Sempra anticipates the transaction will be "non-dilutive" to earnings next year, which is expected to be the first full year of operations, and accretive to earnings in 2001. Sempra officials see the potential to reduce costs but also are counting on a turn-around in the gas liquids market to help boost earnings.

"We think there will be some modest increase in gas liquids prices," said Mitchell. "And we believe there will be synergies created as we put the two companies together [and savings] of between $30 million and $50 million primarily from the corporate center costs. We have duplications in finance and accounting, human resources, investor relations, procurement, legal, all of those types of support services. We think [staff will be reduced by] between 200 and 300 people."

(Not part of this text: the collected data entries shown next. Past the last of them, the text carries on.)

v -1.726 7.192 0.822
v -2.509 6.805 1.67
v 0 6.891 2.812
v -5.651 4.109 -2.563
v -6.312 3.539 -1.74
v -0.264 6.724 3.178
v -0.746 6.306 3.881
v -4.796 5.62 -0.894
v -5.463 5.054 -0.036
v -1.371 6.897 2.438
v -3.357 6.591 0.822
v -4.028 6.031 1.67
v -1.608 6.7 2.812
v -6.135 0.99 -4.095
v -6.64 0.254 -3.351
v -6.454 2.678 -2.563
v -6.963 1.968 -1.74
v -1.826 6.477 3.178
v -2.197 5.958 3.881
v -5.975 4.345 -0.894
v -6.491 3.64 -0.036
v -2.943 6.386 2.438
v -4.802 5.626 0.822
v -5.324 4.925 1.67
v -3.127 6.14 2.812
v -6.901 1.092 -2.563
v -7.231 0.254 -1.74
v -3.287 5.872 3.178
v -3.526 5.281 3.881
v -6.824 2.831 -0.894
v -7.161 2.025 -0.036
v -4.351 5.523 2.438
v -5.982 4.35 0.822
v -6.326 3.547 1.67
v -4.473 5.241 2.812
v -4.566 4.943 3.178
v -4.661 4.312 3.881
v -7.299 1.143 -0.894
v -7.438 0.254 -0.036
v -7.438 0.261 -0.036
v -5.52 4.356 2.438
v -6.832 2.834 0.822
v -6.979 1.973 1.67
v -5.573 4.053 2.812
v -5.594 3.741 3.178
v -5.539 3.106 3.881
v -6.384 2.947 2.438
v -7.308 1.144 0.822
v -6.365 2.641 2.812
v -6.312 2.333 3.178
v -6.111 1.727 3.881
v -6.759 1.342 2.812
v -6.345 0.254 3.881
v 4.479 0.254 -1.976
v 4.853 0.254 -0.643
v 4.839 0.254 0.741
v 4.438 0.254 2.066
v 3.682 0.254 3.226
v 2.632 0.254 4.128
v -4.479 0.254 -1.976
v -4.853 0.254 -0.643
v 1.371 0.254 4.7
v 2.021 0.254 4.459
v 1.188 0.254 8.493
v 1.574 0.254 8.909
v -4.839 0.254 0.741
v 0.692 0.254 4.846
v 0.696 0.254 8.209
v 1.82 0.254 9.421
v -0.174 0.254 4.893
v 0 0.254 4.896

Sempra has struggled to meet Wall Street expectations recently and its stock price has suffered as a result, hovering near $21/share from a 52-week high of $29/share. Mitchell said the company's $1.60/share earnings for 1998 were below Wall Street's expectations of $1.65-$1.67. "I think the Street is taking a wait and see attitude relative to nonregulated operations and I think this transaction will help that considerably." Sempra share prices fell $0.75 Monday following the announcement to close at $21.56 and were flat to down through the rest of the week. KNE's shares jumped $2 during the day Monday but then fell back to end the day up $0.125 at $21.63/share. KNE's high for the week was $23.56/share.

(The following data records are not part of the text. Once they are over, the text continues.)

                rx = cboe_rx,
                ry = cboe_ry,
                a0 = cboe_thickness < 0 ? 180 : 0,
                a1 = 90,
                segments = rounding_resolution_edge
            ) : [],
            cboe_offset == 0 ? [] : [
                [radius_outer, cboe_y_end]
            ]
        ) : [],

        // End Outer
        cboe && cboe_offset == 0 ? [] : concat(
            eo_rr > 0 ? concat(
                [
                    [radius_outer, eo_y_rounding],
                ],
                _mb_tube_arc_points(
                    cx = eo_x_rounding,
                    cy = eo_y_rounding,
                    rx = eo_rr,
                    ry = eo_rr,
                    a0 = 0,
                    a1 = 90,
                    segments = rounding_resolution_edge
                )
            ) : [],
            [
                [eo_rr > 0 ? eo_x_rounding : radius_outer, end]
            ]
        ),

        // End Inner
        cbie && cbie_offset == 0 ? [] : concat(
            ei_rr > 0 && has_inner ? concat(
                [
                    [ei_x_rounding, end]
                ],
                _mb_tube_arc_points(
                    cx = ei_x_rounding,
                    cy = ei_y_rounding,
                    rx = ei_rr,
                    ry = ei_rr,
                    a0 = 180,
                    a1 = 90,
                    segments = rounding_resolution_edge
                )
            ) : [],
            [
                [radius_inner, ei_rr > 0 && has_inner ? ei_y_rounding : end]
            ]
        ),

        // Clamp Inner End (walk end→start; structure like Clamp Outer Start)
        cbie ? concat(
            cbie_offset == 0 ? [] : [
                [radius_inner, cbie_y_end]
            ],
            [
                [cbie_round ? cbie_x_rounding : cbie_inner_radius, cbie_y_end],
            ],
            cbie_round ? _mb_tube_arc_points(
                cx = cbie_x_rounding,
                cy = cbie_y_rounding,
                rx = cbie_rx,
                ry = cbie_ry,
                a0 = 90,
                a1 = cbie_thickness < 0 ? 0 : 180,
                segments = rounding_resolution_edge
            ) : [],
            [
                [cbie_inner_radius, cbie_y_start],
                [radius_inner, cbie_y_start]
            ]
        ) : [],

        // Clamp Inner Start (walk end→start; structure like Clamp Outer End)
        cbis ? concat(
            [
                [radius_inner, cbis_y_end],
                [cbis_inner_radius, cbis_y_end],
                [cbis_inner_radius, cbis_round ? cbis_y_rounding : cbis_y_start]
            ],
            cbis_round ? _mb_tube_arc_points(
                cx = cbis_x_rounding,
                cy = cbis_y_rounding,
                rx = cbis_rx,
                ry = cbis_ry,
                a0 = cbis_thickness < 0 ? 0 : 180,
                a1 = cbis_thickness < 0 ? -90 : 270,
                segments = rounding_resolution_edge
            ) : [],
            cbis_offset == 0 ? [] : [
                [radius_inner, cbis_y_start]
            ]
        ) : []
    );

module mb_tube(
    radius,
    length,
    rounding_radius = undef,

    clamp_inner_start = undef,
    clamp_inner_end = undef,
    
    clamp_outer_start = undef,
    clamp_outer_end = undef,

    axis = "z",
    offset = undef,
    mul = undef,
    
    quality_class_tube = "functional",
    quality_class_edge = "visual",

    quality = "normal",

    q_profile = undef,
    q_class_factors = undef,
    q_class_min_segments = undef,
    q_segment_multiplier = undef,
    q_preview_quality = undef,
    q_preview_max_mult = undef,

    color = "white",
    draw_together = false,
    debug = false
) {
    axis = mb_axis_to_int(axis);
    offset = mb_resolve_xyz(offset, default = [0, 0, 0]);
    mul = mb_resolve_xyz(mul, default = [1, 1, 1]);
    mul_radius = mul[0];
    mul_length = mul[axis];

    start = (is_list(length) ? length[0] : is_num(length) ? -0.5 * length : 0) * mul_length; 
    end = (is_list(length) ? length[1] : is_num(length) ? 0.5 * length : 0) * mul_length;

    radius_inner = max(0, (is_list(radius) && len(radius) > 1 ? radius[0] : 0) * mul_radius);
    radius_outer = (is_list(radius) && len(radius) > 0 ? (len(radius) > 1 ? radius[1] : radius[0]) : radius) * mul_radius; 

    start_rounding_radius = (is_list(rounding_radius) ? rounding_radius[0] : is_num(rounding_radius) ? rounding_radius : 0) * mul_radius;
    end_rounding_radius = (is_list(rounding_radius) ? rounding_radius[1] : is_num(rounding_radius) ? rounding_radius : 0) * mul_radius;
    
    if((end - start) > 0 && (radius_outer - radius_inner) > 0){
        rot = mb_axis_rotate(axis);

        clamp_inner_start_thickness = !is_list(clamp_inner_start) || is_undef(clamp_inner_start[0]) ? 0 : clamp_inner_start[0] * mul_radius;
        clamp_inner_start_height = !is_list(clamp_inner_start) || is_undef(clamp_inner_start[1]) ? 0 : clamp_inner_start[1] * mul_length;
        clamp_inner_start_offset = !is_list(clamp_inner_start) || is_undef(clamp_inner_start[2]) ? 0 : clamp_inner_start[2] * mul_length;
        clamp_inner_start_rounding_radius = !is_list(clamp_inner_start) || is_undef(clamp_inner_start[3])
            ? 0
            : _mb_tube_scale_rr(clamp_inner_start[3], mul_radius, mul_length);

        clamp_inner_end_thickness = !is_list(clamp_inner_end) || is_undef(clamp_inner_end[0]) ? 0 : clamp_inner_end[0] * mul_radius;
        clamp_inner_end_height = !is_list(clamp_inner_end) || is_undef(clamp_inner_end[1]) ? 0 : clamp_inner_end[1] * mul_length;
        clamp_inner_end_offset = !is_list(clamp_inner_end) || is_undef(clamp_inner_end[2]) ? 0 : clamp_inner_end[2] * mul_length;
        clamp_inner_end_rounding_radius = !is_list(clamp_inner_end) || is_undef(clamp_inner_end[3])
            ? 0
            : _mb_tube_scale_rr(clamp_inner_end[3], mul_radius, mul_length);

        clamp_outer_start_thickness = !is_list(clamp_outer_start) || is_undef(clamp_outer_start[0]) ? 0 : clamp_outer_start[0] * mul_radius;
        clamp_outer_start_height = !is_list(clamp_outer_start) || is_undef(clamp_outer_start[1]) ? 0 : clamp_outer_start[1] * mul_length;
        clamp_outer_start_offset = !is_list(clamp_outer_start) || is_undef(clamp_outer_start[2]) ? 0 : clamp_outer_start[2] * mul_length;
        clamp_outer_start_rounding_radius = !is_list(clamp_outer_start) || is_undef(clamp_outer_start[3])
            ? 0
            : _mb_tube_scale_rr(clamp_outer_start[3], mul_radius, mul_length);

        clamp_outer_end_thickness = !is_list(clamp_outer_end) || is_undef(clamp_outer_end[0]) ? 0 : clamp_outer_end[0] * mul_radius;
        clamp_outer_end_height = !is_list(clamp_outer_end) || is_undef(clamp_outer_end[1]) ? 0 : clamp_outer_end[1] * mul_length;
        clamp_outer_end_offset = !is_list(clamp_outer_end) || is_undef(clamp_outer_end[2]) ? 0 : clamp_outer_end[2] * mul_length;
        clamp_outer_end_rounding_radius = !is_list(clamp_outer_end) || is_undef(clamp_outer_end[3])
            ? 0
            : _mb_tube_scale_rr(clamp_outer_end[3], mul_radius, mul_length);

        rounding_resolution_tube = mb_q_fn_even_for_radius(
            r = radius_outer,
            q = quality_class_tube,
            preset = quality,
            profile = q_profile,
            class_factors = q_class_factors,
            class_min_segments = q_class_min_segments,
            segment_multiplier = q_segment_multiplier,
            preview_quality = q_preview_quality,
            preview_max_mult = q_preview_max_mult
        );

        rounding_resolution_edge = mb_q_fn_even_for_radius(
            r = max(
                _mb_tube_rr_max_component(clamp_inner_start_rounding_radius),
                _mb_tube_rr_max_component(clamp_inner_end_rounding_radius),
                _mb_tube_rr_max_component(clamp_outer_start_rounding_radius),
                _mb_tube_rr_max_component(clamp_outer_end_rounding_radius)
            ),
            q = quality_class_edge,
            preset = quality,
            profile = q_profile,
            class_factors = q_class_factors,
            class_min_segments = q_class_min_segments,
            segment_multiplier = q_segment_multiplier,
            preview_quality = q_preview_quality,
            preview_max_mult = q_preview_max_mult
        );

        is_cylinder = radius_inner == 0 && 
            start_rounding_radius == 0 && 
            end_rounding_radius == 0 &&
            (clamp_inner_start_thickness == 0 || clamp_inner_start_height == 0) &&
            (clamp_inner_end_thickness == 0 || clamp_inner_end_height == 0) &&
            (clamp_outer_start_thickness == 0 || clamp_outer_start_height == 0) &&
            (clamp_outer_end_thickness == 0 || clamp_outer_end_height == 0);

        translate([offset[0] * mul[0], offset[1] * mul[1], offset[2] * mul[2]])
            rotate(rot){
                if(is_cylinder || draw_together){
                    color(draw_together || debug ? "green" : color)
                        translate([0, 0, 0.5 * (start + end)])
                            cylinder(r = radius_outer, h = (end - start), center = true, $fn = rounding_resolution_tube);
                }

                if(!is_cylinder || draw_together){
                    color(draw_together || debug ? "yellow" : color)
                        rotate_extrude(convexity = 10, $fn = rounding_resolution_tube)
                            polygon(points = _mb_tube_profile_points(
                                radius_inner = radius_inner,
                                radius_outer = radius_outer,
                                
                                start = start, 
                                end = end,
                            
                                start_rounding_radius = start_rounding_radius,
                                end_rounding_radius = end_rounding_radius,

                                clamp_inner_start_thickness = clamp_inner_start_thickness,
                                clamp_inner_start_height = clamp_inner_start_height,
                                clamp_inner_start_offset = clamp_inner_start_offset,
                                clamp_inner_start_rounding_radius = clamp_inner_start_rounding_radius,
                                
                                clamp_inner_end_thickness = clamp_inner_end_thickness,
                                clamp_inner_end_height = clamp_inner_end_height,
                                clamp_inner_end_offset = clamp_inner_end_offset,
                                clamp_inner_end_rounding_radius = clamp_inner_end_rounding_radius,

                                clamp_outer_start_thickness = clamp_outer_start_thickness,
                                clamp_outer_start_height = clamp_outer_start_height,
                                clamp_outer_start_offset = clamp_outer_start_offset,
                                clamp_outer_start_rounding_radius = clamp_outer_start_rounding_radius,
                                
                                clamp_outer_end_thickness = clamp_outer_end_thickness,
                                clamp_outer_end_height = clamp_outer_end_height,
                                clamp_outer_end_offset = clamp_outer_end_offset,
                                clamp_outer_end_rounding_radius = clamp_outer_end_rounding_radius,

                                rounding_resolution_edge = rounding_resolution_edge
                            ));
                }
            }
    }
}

Both KNE and CNG stock surged on Friday, Feb.19, prior to the public announcements Monday regarding their mergers, triggering some speculation about possible insider trading activity. The Wall Street Journal (WSJ) ran a story noting KNE shares jumped 5% between noon Friday (Feb. 19) and 12:30 p.m. that day while CNG share prices soared nearly 7% to close the day at $56.25. CNG volume doubled on Friday from the previous day. KNE volume jumped more than 300% Friday from Thursday's level. The WSJ reported the New York Stock Exchange contacted the companies on Friday to get explanations of the unusual trading activity, but officials declined to comment.

An SEC spokesman said, "Any number of things could trigger an insider trading [investigation] from tips from witnesses to unusual trading on the exchanges, which the exchanges monitor, to unusual trading in options which the options exchanges monitor." However, the SEC does not comment on current investigations.